Anyway, reading the list of possible choices for -march, I think "core2" is the best candidate for both core duo and core i5 architectures. So the question is: will software compiled on core i5 run on core duo?

Thanks for your help!

----------

## i92guboj

 *taedium wrote:*   

> Hi
> 
> I need to install gentoo on a notebook, but I have a working gentoo installation on another notebook, which I'd like to duplicate. 
> 
> What I thought of is to create the needed partitions and compile the kernel as explained in gentoo handbook; then copy over my gentoo installation, check the configuration, install grub and reboot. I don't expect everything to just work, but it should be feasible.
> ...

 

core2 should be fine for both. However, software compiled for i5 might use some sse instructions that are not legal in the core2 duo cpus. I am not 100% sure. There are too much processors nowadays to keep track of them all.

Even if the binaries are not 100% compatible, they might work most of the time, except when doing some very specific tasks.
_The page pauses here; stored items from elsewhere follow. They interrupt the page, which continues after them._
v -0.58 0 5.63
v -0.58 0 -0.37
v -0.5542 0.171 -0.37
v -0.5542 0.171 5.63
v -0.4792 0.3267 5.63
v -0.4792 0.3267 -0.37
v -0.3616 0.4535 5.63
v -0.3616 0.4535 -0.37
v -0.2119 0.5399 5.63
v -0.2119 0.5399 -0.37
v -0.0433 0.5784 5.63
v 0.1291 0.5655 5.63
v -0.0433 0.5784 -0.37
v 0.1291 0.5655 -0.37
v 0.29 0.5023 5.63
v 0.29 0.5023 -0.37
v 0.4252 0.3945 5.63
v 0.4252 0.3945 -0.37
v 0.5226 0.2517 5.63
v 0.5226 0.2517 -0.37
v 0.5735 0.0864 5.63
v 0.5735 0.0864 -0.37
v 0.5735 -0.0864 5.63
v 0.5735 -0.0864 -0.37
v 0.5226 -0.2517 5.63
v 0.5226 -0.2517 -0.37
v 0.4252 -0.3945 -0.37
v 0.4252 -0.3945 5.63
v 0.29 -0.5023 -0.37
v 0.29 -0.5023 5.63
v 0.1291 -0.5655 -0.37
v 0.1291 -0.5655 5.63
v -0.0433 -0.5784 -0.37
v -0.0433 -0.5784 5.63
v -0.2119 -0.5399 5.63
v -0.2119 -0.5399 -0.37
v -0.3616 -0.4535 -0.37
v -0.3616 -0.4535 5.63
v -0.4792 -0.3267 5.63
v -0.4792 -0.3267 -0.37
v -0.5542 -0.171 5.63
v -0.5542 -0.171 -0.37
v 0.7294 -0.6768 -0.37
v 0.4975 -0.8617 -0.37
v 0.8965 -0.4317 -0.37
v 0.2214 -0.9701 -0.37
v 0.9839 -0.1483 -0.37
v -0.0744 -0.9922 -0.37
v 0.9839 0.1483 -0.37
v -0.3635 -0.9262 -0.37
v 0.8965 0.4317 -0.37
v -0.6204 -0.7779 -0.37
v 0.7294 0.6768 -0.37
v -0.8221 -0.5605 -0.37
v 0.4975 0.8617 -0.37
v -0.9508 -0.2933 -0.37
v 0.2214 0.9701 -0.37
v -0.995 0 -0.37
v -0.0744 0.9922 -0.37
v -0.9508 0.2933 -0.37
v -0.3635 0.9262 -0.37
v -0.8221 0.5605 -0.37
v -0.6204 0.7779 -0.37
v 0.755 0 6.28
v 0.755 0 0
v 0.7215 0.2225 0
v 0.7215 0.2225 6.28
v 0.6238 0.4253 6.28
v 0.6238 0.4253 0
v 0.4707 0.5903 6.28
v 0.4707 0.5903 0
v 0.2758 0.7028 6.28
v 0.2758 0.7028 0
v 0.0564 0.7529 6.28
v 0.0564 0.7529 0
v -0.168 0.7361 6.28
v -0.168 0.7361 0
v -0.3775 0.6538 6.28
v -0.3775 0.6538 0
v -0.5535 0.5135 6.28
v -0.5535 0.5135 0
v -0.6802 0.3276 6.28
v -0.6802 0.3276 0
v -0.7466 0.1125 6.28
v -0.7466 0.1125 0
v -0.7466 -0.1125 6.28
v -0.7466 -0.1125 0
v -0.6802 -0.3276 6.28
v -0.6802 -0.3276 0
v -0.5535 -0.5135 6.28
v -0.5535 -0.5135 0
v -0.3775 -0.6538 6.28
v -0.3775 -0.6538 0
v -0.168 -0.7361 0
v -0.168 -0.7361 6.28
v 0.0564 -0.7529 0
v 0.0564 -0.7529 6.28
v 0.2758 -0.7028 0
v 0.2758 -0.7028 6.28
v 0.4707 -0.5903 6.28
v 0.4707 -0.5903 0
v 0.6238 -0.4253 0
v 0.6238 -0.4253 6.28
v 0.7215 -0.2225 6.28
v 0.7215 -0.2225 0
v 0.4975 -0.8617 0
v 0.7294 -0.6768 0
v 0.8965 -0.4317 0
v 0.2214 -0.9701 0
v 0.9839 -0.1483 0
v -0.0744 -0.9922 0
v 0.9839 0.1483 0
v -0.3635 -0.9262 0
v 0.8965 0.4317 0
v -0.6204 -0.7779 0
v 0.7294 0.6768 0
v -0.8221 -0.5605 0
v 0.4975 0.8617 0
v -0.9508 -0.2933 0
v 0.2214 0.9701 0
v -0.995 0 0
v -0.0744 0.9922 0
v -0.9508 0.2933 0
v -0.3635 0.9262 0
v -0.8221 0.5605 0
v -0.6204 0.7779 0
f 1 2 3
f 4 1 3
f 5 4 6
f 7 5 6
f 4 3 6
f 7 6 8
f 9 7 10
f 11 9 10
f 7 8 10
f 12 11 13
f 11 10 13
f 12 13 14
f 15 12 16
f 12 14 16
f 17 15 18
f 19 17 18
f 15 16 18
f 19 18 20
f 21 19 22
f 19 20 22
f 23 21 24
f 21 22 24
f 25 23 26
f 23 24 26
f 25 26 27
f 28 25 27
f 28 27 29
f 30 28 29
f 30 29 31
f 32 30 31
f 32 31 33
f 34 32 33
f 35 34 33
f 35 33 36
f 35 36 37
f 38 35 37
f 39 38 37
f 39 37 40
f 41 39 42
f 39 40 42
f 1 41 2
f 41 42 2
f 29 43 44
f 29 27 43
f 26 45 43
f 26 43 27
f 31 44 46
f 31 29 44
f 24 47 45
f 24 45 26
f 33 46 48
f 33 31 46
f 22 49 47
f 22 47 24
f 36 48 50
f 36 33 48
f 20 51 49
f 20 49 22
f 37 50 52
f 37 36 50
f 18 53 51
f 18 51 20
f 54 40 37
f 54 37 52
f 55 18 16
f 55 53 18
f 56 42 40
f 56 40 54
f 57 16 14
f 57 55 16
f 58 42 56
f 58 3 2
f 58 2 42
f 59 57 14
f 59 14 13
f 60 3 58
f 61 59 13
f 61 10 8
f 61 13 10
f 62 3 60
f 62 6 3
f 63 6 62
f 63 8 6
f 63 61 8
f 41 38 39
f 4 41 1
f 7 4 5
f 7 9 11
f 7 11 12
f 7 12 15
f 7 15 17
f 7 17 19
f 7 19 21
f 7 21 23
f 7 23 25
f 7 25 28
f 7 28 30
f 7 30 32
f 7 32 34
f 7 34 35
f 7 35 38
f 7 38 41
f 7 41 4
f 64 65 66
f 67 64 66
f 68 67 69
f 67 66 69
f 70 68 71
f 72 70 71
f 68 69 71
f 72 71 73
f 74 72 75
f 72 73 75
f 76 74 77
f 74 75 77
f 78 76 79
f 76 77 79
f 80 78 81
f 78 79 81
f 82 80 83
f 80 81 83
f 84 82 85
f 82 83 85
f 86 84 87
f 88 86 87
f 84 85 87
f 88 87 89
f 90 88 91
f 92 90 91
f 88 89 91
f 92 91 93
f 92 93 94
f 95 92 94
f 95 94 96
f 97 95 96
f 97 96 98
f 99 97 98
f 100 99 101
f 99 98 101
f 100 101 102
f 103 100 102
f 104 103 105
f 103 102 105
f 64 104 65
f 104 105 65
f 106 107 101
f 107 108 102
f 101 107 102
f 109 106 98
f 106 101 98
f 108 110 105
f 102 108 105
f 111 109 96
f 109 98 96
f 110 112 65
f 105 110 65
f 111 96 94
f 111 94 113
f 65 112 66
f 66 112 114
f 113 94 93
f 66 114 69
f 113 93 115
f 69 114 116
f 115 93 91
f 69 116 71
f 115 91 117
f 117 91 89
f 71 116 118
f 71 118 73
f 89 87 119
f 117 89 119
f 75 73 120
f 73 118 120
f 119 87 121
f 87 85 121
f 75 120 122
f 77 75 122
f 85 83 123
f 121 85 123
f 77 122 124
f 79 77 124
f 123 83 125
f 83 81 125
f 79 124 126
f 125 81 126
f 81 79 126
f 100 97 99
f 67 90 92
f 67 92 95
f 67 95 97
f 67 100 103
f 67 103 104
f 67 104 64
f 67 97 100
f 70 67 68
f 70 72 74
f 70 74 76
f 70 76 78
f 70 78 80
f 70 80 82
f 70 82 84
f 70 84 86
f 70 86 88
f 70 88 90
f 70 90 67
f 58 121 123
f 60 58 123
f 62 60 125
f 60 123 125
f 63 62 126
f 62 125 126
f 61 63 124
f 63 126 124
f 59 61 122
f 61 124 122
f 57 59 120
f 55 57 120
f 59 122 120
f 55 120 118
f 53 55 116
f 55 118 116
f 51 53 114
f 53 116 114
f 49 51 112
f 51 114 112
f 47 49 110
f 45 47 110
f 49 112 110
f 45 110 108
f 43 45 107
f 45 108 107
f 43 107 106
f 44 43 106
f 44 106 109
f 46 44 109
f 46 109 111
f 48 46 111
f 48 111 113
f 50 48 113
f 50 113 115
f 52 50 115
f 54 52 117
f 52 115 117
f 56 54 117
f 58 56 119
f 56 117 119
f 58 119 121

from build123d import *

# Parameters (mm, degrees)
SKETCH1_R           = 0.755
BOSS_EXTRUDE1_DEPTH = 6.28
SKETCH2_R           = 0.995
BOSS_EXTRUDE2_DEPTH = 0.37
SKETCH3_R           = 0.58
CUT_EXTRUDE1_DEPTH  = 6


with BuildPart() as part:
    # Sketch1 → Boss-Extrude1 (new body)
    with BuildSketch(Plane.XY):
        Circle(SKETCH1_R)
    extrude(amount=BOSS_EXTRUDE1_DEPTH)

    # Sketch2 → Boss-Extrude2 (add)
    with BuildSketch(Plane(origin=(0, 0, 0), x_dir=(-1, 0, 0), z_dir=(0, 0, -1))):
        Circle(SKETCH2_R)
    extrude(amount=BOSS_EXTRUDE2_DEPTH)

    # Sketch3 → Cut-Extrude1 (cut)
    with BuildSketch(Plane(origin=(0, 0, -0.37), x_dir=(-1, 0, 0), z_dir=(0, 0, -1))):
        Circle(SKETCH3_R)
    extrude(amount=-CUT_EXTRUDE1_DEPTH, mode=Mode.SUBTRACT)


solid = part.part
In any case, I think you should be able to boot, then just recompile on the notebook with native to be sure. If you don't want that, then set -march=core2 in the big machine, recompile everything and use that for both. All you need is to make sure that the kernel in the little toy has support for the relevant chipset(s) and filesystems, and it should boot. You can polish it afterwards.

----------

## taedium

well, complete mess.

Thanks for your reply, but I tried and I failed  :Very Happy: 

The system indeed booted with the software of the other machine, but there was a program not working: gcc!

I copied over the one from stage3 and I was able to compile. So I thought: "let's compile a new compiler!". How ingenuous. The new compiler compiled, but then, automatically and unexpectedly, portage started to remove several packages from the system, with the result that it is now unusable, not even the login works. I think I could restore copying the missing packages by hand, but it looks like too much work for a solution which I thought of to save time.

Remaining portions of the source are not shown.